> **DATA SUPPLIED**

■ ■ ■ ■

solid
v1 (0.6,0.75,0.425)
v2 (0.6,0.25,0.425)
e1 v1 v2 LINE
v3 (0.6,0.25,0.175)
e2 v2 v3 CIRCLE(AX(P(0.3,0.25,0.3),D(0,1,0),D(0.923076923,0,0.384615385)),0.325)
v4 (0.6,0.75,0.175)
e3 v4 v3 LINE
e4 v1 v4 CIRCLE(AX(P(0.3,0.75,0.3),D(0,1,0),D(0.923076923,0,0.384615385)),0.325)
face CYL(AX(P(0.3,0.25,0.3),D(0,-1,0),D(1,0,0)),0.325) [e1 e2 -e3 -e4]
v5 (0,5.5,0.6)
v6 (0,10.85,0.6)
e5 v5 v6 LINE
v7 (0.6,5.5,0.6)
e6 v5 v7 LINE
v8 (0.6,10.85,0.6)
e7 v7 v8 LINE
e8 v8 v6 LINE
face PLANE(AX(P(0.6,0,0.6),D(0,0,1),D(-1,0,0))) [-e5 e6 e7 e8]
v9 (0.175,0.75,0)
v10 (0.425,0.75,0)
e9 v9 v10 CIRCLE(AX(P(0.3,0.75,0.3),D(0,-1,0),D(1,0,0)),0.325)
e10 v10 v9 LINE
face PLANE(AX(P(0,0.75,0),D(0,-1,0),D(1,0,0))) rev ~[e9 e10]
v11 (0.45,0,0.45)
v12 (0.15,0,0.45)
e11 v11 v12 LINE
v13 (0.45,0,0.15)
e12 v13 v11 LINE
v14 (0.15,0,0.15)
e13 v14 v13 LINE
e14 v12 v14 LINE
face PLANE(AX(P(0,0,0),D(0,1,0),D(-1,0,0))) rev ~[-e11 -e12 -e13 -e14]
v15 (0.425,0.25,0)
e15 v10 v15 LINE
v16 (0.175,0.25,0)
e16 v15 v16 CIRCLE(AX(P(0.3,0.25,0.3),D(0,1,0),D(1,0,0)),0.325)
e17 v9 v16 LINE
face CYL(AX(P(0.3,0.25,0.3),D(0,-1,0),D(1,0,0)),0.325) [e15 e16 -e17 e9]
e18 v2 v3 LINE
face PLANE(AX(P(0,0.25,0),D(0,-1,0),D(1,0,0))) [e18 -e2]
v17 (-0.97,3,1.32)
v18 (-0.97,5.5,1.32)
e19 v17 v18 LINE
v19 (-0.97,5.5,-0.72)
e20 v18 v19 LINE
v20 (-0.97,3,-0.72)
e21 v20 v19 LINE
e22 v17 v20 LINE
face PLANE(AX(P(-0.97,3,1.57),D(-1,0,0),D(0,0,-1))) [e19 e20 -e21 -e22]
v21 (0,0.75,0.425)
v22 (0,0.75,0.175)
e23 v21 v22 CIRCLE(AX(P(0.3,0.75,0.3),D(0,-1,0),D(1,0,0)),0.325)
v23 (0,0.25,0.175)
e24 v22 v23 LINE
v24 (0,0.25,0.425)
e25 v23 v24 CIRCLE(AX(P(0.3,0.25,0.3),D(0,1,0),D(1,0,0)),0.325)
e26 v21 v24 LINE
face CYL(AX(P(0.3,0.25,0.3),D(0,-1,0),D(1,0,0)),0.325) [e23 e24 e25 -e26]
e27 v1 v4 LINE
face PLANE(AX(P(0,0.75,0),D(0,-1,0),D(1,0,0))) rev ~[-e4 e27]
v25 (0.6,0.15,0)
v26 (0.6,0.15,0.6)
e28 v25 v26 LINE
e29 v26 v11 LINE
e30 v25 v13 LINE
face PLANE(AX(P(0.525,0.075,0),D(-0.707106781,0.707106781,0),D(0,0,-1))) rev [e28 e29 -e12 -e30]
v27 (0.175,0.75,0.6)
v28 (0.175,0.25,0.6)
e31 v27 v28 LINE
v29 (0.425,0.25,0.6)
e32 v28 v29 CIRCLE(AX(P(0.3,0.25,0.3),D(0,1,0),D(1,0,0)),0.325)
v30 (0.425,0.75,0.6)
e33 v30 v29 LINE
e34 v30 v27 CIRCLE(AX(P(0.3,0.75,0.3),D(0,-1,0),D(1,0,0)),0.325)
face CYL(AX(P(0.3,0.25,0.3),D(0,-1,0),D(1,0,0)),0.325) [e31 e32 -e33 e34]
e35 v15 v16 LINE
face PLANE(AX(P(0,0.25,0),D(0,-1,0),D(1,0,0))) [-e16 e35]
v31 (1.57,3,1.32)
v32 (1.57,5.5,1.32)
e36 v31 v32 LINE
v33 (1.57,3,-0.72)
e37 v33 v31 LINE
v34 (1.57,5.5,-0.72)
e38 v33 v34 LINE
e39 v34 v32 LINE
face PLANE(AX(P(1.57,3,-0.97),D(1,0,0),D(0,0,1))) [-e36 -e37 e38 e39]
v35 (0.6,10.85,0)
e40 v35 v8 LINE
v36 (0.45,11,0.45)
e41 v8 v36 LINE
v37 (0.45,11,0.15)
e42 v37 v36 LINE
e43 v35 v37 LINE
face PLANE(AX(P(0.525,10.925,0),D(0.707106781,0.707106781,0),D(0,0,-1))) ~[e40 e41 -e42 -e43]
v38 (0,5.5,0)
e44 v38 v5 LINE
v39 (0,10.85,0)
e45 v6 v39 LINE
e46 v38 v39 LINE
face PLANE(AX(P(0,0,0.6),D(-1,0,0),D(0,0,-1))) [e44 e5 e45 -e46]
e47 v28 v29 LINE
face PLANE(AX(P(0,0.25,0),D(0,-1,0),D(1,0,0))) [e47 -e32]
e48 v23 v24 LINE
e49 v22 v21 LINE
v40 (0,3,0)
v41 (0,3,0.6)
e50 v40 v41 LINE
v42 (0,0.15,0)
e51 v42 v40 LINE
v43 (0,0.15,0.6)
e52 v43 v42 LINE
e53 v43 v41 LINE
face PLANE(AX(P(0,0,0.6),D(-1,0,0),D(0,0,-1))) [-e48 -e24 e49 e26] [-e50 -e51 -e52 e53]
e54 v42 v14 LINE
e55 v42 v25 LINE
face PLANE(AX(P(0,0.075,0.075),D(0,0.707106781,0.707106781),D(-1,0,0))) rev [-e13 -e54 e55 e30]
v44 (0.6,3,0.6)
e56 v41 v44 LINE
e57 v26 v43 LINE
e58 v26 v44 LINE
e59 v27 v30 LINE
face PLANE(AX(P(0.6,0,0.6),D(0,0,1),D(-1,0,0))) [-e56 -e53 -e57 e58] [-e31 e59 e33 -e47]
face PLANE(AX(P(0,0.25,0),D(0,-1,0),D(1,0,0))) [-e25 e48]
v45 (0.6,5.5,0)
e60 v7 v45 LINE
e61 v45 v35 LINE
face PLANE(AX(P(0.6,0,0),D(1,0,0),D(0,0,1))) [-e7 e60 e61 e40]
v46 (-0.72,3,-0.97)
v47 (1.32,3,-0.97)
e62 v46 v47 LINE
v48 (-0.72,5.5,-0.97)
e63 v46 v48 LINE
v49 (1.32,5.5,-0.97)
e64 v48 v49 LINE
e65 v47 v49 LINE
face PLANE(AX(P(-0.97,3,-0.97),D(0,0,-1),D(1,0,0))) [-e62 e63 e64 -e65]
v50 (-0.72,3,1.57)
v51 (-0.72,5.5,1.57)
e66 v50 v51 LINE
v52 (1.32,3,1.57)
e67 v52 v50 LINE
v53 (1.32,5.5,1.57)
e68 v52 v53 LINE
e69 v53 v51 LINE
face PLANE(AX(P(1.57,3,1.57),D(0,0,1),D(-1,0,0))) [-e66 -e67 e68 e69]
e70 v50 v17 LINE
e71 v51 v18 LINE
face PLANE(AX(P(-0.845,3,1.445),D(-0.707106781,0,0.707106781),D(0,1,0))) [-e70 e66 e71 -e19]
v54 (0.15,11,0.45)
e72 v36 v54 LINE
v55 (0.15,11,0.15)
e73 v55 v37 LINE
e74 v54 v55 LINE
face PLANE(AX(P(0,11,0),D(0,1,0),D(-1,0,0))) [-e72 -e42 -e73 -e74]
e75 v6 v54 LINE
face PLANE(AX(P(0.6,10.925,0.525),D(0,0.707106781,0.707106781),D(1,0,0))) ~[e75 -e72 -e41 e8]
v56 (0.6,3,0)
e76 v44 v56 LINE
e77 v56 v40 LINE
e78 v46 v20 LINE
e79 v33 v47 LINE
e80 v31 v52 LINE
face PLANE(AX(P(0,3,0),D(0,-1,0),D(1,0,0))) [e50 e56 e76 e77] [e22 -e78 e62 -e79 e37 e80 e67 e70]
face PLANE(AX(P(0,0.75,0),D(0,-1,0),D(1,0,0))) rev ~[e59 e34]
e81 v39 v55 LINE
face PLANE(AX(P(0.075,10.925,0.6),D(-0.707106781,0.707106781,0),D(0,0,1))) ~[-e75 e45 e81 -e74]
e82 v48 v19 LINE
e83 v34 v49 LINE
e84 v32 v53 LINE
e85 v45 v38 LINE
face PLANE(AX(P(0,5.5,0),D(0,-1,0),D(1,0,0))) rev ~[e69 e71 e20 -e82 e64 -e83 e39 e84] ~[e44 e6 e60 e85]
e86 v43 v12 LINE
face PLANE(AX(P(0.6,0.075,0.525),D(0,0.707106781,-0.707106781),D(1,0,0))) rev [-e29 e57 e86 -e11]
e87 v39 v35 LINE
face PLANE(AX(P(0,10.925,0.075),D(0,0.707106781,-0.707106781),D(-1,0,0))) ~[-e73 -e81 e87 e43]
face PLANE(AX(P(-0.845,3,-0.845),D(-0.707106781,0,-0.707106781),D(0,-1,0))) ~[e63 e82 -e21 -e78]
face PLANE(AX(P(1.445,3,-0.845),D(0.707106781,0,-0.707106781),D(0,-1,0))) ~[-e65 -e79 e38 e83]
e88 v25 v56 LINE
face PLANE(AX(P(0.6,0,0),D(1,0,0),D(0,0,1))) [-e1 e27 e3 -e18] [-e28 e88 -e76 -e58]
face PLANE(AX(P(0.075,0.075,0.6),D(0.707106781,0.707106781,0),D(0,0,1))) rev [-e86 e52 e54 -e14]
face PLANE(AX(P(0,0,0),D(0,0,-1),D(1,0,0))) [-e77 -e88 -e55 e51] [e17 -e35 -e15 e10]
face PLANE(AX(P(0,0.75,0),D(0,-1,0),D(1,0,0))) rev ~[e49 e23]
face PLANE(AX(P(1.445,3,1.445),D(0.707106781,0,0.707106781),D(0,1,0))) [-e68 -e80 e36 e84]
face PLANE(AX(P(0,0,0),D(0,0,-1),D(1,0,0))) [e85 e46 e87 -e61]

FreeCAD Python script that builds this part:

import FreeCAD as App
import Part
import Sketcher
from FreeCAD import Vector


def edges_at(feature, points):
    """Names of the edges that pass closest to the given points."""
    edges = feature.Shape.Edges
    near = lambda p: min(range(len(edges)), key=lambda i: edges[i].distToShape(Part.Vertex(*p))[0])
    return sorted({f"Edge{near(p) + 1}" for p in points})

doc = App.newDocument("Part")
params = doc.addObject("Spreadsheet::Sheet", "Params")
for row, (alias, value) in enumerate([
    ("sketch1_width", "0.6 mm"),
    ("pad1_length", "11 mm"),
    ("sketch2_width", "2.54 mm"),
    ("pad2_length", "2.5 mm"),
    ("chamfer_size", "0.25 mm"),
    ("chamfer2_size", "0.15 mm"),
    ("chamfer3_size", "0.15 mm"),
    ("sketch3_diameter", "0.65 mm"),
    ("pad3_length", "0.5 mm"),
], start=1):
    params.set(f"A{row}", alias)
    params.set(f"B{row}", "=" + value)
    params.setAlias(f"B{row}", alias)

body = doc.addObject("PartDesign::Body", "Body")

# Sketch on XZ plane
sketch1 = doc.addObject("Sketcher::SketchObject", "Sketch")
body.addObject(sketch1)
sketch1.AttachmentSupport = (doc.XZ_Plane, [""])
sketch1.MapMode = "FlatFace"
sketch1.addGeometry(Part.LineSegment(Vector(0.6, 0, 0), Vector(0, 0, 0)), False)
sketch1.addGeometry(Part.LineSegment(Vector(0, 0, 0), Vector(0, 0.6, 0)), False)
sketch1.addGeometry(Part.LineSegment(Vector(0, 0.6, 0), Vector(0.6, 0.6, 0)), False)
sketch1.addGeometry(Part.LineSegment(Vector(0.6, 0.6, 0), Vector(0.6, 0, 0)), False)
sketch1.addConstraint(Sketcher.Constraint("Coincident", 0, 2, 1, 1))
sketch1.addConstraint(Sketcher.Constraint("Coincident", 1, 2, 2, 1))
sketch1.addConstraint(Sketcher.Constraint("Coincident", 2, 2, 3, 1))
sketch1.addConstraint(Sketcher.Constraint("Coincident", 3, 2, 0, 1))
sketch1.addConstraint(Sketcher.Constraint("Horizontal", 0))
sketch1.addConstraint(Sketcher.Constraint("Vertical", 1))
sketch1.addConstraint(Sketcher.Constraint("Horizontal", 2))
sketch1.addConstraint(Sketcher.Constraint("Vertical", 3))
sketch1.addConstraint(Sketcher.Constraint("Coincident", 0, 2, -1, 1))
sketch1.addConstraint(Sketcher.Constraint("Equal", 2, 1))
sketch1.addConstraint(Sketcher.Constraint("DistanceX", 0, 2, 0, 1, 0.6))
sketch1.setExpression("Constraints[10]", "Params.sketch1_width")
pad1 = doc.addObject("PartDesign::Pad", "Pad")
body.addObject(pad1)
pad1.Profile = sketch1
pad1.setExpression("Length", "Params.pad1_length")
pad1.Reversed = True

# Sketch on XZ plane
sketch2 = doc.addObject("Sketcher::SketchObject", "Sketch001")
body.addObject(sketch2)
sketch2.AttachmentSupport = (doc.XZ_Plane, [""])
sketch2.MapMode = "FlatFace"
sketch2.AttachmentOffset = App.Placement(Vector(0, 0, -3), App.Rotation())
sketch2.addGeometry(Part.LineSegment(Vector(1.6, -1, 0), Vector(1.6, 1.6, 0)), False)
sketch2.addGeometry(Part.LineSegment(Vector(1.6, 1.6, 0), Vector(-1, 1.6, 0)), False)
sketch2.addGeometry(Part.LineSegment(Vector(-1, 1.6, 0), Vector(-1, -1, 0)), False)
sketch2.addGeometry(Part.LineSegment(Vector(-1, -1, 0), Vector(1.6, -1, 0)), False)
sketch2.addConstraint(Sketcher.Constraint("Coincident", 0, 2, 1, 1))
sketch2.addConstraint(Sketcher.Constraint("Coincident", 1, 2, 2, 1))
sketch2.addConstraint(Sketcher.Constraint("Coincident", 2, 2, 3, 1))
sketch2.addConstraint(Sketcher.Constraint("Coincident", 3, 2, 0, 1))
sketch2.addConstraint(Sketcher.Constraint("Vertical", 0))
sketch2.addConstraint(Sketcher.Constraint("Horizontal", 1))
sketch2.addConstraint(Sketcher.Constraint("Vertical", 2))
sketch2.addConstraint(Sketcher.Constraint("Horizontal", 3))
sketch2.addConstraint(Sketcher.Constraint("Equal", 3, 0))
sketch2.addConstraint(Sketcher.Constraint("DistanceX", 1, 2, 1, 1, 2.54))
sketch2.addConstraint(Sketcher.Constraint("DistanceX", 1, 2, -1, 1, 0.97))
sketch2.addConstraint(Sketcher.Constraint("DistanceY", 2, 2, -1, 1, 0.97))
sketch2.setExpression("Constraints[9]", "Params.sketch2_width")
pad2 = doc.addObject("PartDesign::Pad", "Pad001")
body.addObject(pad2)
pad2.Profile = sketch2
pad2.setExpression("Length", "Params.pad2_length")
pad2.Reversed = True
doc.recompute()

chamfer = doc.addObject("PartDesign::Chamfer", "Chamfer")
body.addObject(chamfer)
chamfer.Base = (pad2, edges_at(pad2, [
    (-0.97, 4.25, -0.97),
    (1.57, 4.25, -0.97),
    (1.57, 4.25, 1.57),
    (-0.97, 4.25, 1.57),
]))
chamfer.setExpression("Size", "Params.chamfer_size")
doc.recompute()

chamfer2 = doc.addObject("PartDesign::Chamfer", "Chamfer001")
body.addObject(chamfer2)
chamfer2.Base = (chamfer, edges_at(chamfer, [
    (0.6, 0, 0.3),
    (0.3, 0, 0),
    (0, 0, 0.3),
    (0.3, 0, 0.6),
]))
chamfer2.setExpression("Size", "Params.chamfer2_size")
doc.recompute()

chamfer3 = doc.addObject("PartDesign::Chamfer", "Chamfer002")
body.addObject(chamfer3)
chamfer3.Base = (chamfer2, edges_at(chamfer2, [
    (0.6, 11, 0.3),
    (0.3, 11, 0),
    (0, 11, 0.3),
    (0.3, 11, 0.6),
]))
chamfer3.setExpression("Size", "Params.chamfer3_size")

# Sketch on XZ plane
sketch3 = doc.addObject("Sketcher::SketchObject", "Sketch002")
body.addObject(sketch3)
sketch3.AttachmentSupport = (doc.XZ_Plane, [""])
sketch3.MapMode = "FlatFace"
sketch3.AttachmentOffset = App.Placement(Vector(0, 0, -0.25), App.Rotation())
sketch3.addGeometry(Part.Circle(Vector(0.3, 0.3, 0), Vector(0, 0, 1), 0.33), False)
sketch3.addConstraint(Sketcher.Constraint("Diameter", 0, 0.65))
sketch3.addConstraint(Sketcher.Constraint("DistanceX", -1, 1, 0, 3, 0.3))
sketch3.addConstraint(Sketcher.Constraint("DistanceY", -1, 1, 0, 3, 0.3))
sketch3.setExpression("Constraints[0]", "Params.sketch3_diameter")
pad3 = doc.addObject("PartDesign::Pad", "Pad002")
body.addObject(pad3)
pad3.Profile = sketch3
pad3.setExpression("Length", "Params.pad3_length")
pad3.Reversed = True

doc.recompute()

■ ■ ■ ■

> **DIRECTIONS FOR THIS TASK**
After locating the line with "face PLANE(AX(P(0,0.25,0),D(0,-1,0),D(1,0,0))) [e18" in the material above, return it and each line after it exactly, ending at the line with "e27 v1 v4 LINE".

> **YOUR RESPONSE**
face PLANE(AX(P(0,0.25,0),D(0,-1,0),D(1,0,0))) [e18 -e2]
v17 (-0.97,3,1.32)
v18 (-0.97,5.5,1.32)
e19 v17 v18 LINE
v19 (-0.97,5.5,-0.72)
e20 v18 v19 LINE
v20 (-0.97,3,-0.72)
e21 v20 v19 LINE
e22 v17 v20 LINE
face PLANE(AX(P(-0.97,3,1.57),D(-1,0,0),D(0,0,-1))) [e19 e20 -e21 -e22]
v21 (0,0.75,0.425)
v22 (0,0.75,0.175)
e23 v21 v22 CIRCLE(AX(P(0.3,0.75,0.3),D(0,-1,0),D(1,0,0)),0.325)
v23 (0,0.25,0.175)
e24 v22 v23 LINE
v24 (0,0.25,0.425)
e25 v23 v24 CIRCLE(AX(P(0.3,0.25,0.3),D(0,1,0),D(1,0,0)),0.325)
e26 v21 v24 LINE
face CYL(AX(P(0.3,0.25,0.3),D(0,-1,0),D(1,0,0)),0.325) [e23 e24 e25 -e26]
e27 v1 v4 LINE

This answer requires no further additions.